---- Data extracts

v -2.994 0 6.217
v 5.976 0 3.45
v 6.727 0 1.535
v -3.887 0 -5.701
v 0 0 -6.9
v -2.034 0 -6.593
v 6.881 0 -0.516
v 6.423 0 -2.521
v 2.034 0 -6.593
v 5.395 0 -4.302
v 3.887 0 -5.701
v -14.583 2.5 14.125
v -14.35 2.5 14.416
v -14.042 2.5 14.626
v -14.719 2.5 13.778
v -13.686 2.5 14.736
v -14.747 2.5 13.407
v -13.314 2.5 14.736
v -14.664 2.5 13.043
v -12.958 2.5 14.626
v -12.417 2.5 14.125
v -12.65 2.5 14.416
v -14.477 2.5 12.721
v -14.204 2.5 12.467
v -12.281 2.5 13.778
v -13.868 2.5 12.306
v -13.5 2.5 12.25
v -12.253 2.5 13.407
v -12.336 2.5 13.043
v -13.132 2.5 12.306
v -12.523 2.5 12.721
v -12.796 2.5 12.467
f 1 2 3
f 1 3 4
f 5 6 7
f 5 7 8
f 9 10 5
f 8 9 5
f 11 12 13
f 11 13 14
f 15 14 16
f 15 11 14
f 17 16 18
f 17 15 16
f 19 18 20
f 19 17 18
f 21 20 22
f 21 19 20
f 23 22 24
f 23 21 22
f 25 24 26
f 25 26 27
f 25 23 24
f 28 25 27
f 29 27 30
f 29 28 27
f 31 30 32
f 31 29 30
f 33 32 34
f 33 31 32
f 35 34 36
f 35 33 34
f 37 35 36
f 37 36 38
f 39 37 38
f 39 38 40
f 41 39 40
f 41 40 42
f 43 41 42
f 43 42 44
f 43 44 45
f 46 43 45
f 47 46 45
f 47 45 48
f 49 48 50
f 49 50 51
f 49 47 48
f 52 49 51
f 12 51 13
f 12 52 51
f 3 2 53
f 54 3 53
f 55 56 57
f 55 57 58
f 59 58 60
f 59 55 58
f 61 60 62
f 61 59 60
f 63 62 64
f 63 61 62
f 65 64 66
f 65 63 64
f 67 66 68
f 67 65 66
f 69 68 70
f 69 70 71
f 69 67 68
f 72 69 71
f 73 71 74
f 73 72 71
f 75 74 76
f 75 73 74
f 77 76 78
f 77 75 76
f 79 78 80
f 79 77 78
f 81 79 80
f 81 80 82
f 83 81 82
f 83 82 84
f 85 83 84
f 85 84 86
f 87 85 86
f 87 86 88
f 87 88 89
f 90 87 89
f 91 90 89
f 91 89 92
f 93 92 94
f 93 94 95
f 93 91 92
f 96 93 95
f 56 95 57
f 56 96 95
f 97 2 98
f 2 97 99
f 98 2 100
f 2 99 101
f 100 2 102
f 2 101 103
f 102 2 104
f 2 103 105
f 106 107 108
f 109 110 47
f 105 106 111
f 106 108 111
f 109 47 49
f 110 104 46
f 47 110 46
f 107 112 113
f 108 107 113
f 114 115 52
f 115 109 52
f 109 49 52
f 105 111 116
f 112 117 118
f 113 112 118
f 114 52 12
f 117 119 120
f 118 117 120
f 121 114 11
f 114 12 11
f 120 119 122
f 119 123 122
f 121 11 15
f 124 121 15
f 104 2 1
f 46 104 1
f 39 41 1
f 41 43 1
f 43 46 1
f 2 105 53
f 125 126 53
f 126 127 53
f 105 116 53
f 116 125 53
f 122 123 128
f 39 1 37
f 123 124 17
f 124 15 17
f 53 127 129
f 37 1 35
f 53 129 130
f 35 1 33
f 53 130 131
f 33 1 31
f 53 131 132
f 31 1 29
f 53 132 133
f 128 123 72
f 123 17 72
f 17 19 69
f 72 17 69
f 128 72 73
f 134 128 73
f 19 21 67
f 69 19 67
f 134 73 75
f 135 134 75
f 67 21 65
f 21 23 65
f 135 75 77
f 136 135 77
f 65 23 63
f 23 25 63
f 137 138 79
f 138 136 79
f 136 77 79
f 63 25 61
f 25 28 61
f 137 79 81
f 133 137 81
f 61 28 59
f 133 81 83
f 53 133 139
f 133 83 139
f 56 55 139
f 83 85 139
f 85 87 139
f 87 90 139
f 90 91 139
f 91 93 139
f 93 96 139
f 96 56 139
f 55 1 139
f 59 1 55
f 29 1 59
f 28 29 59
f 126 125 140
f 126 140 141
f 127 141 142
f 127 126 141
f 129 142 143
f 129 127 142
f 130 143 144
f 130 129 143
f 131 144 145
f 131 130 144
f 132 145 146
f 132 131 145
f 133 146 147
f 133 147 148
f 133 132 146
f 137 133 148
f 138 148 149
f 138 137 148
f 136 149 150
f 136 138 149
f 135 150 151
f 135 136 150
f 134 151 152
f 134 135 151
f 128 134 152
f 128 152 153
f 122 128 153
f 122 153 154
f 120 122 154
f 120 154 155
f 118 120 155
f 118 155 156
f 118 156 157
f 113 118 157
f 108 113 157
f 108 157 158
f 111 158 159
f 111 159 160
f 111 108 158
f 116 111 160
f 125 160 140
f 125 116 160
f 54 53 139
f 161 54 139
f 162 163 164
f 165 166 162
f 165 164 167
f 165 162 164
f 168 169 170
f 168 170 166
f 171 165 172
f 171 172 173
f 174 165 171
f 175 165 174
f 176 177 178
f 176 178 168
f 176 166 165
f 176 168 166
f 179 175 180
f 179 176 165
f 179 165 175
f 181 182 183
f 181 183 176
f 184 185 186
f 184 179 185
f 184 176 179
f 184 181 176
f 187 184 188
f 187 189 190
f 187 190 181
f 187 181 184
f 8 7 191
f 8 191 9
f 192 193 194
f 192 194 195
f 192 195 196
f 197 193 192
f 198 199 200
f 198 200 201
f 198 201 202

--------

◆ About this exercise:
Transcribe the listing above line for line, from the first line to the line containing "f 53 129 130", inclusive, with no other lines.

◆ Answer to this exercise:
v -2.994 0 6.217
v 5.976 0 3.45
v 6.727 0 1.535
v -3.887 0 -5.701
v 0 0 -6.9
v -2.034 0 -6.593
v 6.881 0 -0.516
v 6.423 0 -2.521
v 2.034 0 -6.593
v 5.395 0 -4.302
v 3.887 0 -5.701
v -14.583 2.5 14.125
v -14.35 2.5 14.416
v -14.042 2.5 14.626
v -14.719 2.5 13.778
v -13.686 2.5 14.736
v -14.747 2.5 13.407
v -13.314 2.5 14.736
v -14.664 2.5 13.043
v -12.958 2.5 14.626
v -12.417 2.5 14.125
v -12.65 2.5 14.416
v -14.477 2.5 12.721
v -14.204 2.5 12.467
v -12.281 2.5 13.778
v -13.868 2.5 12.306
v -13.5 2.5 12.25
v -12.253 2.5 13.407
v -12.336 2.5 13.043
v -13.132 2.5 12.306
v -12.523 2.5 12.721
v -12.796 2.5 12.467
f 1 2 3
f 1 3 4
f 5 6 7
f 5 7 8
f 9 10 5
f 8 9 5
f 11 12 13
f 11 13 14
f 15 14 16
f 15 11 14
f 17 16 18
f 17 15 16
f 19 18 20
f 19 17 18
f 21 20 22
f 21 19 20
f 23 22 24
f 23 21 22
f 25 24 26
f 25 26 27
f 25 23 24
f 28 25 27
f 29 27 30
f 29 28 27
f 31 30 32
f 31 29 30
f 33 32 34
f 33 31 32
f 35 34 36
f 35 33 34
f 37 35 36
f 37 36 38
f 39 37 38
f 39 38 40
f 41 39 40
f 41 40 42
f 43 41 42
f 43 42 44
f 43 44 45
f 46 43 45
f 47 46 45
f 47 45 48
f 49 48 50
f 49 50 51
f 49 47 48
f 52 49 51
f 12 51 13
f 12 52 51
f 3 2 53
f 54 3 53
f 55 56 57
f 55 57 58
f 59 58 60
f 59 55 58
f 61 60 62
f 61 59 60
f 63 62 64
f 63 61 62
f 65 64 66
f 65 63 64
f 67 66 68
f 67 65 66
f 69 68 70
f 69 70 71
f 69 67 68
f 72 69 71
f 73 71 74
f 73 72 71
f 75 74 76
f 75 73 74
f 77 76 78
f 77 75 76
f 79 78 80
f 79 77 78
f 81 79 80
f 81 80 82
f 83 81 82
f 83 82 84
f 85 83 84
f 85 84 86
f 87 85 86
f 87 86 88
f 87 88 89
f 90 87 89
f 91 90 89
f 91 89 92
f 93 92 94
f 93 94 95
f 93 91 92
f 96 93 95
f 56 95 57
f 56 96 95
f 97 2 98
f 2 97 99
f 98 2 100
f 2 99 101
f 100 2 102
f 2 101 103
f 102 2 104
f 2 103 105
f 106 107 108
f 109 110 47
f 105 106 111
f 106 108 111
f 109 47 49
f 110 104 46
f 47 110 46
f 107 112 113
f 108 107 113
f 114 115 52
f 115 109 52
f 109 49 52
f 105 111 116
f 112 117 118
f 113 112 118
f 114 52 12
f 117 119 120
f 118 117 120
f 121 114 11
f 114 12 11
f 120 119 122
f 119 123 122
f 121 11 15
f 124 121 15
f 104 2 1
f 46 104 1
f 39 41 1
f 41 43 1
f 43 46 1
f 2 105 53
f 125 126 53
f 126 127 53
f 105 116 53
f 116 125 53
f 122 123 128
f 39 1 37
f 123 124 17
f 124 15 17
f 53 127 129
f 37 1 35
f 53 129 130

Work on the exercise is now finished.